Exercise brief: The span to repeat in the listing below runs from the line containing "f 104 8 103" to the line containing "f 109 108 111", inclusive. Repeat it exactly, and only it.

Top of Provided entries

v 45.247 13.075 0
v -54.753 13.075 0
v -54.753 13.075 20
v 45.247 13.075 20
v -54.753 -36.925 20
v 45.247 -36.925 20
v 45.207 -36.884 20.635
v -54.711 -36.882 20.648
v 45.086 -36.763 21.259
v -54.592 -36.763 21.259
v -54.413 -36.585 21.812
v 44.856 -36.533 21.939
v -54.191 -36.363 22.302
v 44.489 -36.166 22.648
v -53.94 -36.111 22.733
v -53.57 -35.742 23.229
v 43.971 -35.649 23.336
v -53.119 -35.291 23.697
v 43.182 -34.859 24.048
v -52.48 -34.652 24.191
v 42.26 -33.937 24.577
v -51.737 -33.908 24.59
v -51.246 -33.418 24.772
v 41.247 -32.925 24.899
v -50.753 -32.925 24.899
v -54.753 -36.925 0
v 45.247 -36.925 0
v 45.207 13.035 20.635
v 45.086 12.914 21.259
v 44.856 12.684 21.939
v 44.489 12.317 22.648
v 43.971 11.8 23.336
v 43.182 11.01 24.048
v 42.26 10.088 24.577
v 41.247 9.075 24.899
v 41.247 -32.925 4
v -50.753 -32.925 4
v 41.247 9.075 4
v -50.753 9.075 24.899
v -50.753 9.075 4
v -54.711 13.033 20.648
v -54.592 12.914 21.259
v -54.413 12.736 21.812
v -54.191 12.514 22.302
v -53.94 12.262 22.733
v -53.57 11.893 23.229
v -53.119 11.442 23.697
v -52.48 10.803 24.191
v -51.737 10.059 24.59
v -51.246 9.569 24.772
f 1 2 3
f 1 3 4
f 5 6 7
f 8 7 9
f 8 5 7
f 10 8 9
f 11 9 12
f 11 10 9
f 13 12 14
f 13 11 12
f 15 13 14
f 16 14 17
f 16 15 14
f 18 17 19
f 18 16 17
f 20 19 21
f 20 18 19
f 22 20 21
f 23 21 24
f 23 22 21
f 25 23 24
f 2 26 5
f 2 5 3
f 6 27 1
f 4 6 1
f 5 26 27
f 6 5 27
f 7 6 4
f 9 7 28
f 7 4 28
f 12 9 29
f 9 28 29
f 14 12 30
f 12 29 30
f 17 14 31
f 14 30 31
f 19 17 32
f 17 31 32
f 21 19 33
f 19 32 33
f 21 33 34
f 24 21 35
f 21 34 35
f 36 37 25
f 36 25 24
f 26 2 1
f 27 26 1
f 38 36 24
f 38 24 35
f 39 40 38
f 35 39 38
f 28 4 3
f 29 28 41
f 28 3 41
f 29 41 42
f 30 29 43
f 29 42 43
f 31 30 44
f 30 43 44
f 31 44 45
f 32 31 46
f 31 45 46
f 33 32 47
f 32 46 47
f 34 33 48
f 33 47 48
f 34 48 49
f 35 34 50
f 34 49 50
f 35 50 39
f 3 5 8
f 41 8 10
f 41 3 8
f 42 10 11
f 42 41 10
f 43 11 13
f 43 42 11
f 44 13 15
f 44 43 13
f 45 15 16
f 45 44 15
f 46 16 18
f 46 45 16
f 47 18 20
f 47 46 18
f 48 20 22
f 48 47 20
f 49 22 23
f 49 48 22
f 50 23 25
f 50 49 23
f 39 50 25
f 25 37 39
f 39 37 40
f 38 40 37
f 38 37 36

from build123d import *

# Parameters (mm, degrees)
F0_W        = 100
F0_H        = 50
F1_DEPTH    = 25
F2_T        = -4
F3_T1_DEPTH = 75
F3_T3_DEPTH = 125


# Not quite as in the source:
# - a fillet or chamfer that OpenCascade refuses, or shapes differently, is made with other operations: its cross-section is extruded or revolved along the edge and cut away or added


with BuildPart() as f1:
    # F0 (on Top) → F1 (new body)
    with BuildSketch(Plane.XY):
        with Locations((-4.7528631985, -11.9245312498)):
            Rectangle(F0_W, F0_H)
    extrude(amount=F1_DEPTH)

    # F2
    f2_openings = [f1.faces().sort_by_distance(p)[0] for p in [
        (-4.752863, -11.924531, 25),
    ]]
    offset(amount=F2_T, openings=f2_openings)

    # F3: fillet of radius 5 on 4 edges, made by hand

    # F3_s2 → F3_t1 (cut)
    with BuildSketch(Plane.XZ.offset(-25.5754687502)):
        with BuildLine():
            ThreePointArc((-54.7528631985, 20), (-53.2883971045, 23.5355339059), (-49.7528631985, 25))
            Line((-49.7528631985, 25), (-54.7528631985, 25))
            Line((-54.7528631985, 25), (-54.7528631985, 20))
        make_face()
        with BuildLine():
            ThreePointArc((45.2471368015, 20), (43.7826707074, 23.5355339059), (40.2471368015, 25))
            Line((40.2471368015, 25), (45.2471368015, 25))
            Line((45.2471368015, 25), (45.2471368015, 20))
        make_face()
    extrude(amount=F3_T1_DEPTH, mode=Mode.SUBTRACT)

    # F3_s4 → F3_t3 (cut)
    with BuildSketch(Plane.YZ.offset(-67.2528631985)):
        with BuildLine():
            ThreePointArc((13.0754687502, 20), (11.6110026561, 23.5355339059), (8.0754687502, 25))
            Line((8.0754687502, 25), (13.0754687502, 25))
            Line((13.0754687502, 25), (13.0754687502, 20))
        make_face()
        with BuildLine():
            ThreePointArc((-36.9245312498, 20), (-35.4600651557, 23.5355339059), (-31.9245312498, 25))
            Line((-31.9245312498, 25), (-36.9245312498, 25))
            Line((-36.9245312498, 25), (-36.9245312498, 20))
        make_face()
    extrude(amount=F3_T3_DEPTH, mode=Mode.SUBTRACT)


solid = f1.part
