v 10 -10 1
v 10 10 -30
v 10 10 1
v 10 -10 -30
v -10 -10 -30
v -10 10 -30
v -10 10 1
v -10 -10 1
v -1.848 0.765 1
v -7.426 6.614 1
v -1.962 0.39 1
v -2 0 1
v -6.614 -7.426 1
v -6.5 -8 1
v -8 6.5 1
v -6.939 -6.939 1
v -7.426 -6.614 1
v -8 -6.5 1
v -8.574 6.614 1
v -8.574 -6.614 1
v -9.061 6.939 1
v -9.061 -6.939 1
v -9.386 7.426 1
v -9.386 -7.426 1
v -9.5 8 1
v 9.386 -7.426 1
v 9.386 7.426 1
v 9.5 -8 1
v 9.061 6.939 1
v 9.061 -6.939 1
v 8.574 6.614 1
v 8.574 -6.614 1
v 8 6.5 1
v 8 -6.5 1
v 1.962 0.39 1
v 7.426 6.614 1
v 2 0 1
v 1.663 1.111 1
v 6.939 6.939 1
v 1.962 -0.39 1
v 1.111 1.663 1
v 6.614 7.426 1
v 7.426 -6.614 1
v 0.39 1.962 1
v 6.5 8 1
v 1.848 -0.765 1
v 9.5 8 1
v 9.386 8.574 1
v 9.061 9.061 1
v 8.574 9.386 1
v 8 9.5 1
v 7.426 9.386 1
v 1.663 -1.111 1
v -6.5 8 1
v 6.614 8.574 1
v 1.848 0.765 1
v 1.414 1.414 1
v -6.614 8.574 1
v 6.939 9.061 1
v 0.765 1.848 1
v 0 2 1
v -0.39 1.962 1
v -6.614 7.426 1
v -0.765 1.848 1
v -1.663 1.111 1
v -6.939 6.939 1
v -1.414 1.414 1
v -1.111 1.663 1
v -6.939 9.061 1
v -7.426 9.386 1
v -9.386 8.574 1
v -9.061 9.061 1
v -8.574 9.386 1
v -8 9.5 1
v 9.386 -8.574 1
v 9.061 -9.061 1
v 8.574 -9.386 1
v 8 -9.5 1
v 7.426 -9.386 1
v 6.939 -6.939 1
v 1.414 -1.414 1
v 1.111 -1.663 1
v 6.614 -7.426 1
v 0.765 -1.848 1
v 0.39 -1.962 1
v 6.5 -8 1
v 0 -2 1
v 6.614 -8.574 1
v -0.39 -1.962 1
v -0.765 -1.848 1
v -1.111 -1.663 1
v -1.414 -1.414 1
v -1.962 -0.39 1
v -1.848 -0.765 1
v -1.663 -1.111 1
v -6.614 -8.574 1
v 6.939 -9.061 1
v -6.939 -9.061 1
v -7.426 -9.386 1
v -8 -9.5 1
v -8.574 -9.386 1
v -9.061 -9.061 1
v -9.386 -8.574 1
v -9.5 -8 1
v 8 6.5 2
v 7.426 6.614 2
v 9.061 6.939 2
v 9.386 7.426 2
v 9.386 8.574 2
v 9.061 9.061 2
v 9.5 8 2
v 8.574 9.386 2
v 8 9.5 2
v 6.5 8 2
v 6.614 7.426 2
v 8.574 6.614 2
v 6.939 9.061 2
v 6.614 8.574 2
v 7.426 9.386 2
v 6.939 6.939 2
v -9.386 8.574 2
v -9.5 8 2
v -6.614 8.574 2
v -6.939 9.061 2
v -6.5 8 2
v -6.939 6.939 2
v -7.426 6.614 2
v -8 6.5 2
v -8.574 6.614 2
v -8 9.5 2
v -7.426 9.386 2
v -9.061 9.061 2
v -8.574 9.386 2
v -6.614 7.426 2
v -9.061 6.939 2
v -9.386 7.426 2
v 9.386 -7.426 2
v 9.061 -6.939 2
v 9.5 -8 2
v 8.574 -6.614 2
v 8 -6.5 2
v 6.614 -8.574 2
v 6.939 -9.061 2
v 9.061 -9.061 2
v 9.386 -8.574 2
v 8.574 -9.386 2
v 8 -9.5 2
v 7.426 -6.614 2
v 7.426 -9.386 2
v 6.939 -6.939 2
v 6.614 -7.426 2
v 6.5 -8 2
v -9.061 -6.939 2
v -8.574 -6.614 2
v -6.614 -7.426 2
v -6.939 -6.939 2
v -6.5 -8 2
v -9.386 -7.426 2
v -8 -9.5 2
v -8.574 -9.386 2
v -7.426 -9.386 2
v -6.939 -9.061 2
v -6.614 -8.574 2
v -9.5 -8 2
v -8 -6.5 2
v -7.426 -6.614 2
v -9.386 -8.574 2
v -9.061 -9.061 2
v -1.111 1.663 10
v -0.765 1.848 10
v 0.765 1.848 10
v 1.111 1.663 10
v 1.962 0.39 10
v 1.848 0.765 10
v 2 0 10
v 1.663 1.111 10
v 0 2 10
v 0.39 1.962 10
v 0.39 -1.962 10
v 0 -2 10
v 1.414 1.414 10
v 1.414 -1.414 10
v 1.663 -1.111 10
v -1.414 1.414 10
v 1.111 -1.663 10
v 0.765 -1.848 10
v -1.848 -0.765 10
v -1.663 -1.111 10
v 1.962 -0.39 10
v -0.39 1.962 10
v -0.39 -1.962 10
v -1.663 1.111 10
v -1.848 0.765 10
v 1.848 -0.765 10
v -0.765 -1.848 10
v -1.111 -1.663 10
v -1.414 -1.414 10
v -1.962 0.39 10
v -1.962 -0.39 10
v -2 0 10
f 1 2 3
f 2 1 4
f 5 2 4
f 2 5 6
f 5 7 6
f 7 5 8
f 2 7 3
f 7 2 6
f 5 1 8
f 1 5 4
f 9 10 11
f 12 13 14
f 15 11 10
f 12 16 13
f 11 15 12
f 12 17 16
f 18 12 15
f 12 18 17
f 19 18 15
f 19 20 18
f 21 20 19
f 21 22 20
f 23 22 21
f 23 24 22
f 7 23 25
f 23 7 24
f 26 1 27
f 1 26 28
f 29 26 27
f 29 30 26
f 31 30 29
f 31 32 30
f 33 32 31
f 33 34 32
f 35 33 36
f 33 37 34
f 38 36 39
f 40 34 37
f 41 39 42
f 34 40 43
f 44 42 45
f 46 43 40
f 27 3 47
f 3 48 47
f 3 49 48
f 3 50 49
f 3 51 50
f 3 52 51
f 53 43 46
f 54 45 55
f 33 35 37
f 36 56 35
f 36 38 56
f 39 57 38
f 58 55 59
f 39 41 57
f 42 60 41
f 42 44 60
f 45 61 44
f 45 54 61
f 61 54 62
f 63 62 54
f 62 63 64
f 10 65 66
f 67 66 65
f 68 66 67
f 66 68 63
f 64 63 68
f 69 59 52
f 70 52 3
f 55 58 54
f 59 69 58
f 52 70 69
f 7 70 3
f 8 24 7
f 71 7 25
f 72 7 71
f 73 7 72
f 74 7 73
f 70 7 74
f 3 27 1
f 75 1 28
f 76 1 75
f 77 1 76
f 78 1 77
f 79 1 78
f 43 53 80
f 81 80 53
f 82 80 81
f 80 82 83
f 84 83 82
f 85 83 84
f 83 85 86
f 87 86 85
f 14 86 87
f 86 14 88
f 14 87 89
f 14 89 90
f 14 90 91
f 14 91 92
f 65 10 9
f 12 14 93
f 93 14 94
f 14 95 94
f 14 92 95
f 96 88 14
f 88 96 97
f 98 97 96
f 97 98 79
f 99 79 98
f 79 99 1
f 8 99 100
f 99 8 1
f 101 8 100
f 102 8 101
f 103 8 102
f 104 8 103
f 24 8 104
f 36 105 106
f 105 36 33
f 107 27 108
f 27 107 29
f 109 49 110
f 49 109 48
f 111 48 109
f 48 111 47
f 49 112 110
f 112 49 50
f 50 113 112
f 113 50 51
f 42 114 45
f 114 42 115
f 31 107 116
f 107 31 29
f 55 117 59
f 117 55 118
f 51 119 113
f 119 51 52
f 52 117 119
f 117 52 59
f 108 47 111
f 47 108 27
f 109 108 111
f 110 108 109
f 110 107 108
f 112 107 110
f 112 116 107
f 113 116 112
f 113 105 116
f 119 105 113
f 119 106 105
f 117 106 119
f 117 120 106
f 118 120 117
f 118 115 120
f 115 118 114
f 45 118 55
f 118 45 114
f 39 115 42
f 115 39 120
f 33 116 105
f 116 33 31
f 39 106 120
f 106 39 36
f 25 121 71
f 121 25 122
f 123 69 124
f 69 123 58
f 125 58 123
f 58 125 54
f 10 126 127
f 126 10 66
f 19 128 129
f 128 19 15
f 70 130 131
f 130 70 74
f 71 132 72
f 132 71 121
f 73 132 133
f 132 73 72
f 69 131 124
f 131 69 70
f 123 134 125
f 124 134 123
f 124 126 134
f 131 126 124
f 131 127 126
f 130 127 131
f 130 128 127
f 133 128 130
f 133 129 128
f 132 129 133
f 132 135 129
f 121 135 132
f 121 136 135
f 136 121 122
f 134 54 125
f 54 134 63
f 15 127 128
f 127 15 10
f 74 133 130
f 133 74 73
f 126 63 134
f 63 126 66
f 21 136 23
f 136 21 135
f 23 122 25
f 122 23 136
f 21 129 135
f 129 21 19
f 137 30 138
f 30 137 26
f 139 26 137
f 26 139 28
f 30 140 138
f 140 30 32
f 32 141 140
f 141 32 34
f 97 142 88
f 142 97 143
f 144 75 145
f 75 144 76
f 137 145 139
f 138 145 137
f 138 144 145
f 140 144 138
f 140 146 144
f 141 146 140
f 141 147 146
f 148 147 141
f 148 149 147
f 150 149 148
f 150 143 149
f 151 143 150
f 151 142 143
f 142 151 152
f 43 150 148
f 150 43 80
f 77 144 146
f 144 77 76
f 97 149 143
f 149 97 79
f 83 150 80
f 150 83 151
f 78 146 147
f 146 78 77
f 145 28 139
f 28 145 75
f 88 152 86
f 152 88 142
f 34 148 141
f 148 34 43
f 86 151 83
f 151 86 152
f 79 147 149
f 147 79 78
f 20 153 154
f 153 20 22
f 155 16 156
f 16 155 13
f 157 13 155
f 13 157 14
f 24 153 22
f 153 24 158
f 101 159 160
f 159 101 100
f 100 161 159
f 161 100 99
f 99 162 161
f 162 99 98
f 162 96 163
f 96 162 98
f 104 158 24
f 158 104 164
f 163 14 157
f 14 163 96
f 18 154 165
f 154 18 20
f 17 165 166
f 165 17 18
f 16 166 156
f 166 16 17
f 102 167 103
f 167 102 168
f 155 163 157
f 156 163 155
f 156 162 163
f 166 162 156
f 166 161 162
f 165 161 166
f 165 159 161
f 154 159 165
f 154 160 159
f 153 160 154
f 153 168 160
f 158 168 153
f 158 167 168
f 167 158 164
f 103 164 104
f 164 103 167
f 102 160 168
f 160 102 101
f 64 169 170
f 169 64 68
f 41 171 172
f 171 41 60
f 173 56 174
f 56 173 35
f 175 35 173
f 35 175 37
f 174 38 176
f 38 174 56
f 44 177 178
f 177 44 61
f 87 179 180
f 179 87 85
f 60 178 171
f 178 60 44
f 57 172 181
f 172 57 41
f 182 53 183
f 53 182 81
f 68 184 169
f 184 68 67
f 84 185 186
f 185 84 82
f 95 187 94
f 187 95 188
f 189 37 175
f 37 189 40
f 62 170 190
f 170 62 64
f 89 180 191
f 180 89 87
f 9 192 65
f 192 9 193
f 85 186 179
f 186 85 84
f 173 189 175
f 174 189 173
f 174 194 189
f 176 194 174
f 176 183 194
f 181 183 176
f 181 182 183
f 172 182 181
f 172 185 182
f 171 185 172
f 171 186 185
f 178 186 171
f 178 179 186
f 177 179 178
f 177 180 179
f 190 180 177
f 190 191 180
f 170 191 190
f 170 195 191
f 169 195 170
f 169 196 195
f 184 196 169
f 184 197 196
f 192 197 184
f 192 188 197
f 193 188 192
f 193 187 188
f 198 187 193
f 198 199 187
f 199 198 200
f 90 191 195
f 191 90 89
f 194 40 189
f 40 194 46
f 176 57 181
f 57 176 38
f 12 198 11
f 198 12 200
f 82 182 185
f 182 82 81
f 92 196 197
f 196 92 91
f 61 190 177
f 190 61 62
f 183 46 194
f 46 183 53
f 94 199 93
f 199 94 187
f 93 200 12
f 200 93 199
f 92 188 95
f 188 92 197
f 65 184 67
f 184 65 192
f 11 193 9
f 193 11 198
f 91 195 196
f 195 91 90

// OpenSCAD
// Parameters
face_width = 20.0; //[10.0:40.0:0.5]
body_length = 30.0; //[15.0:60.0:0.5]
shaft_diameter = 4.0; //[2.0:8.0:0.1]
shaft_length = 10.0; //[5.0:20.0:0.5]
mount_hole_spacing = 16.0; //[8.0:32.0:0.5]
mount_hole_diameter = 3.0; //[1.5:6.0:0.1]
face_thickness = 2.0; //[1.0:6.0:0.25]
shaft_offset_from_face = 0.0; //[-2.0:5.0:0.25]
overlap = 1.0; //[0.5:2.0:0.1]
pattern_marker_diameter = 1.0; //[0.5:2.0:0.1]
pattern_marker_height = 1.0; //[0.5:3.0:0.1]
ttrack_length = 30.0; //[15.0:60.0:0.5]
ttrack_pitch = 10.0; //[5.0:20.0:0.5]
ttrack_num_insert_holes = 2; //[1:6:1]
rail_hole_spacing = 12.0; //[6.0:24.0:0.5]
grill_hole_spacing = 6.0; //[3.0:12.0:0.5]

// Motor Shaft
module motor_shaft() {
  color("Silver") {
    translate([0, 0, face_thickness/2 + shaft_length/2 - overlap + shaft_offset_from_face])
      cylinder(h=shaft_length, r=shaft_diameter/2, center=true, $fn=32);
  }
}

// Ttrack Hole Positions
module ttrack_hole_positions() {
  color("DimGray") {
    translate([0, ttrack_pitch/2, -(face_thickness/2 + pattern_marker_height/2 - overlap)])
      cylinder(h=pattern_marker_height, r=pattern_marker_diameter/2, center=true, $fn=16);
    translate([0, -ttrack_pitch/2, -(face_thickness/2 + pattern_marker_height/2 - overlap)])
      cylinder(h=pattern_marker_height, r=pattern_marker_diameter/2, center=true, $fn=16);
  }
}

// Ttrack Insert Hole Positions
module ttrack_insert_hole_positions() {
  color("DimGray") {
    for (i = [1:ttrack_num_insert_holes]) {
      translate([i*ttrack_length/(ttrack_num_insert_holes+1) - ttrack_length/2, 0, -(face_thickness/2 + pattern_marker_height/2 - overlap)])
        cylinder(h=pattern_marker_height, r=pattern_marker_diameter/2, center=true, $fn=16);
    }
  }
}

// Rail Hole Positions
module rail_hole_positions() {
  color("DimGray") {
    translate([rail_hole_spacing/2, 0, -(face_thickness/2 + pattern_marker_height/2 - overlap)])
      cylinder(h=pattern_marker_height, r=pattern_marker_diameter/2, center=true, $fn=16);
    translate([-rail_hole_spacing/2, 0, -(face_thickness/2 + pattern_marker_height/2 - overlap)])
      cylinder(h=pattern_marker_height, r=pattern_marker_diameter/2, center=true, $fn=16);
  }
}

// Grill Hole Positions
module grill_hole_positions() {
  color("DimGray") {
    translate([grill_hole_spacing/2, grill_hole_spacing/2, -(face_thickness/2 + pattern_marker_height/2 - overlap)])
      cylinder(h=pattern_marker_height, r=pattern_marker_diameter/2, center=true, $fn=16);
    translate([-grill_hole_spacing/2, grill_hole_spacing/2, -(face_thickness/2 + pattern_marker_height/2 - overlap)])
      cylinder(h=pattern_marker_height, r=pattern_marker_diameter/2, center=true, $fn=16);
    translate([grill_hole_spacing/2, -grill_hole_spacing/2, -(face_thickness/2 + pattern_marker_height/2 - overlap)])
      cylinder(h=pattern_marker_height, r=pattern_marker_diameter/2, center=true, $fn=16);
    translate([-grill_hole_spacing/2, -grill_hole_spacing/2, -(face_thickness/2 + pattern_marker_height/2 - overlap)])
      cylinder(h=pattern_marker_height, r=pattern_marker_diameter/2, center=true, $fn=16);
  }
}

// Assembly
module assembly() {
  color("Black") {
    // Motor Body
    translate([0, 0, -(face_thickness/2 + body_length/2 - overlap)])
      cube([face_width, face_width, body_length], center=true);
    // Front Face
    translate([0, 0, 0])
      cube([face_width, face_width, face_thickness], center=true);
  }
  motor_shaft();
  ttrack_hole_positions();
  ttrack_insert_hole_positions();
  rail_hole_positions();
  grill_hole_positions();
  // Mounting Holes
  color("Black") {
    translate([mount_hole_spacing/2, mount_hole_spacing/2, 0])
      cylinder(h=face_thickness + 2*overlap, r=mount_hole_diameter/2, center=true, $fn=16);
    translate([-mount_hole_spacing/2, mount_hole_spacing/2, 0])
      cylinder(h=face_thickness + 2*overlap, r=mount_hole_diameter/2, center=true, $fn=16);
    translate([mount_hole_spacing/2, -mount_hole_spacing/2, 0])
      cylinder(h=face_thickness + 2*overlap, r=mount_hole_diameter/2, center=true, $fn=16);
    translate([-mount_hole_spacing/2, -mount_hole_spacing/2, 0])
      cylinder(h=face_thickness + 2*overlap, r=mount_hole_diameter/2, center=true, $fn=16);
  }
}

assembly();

Bottom of Provided entries

Answer to this problem:
f 104 8 103
f 24 8 104
f 36 105 106
f 105 36 33
f 107 27 108
f 27 107 29
f 109 49 110
f 49 109 48
f 111 48 109
f 48 111 47
f 49 112 110
f 112 49 50
f 50 113 112
f 113 50 51
f 42 114 45
f 114 42 115
f 31 107 116
f 107 31 29
f 55 117 59
f 117 55 118
f 51 119 113
f 119 51 52
f 52 117 119
f 117 52 59
f 108 47 111
f 47 108 27
f 109 108 111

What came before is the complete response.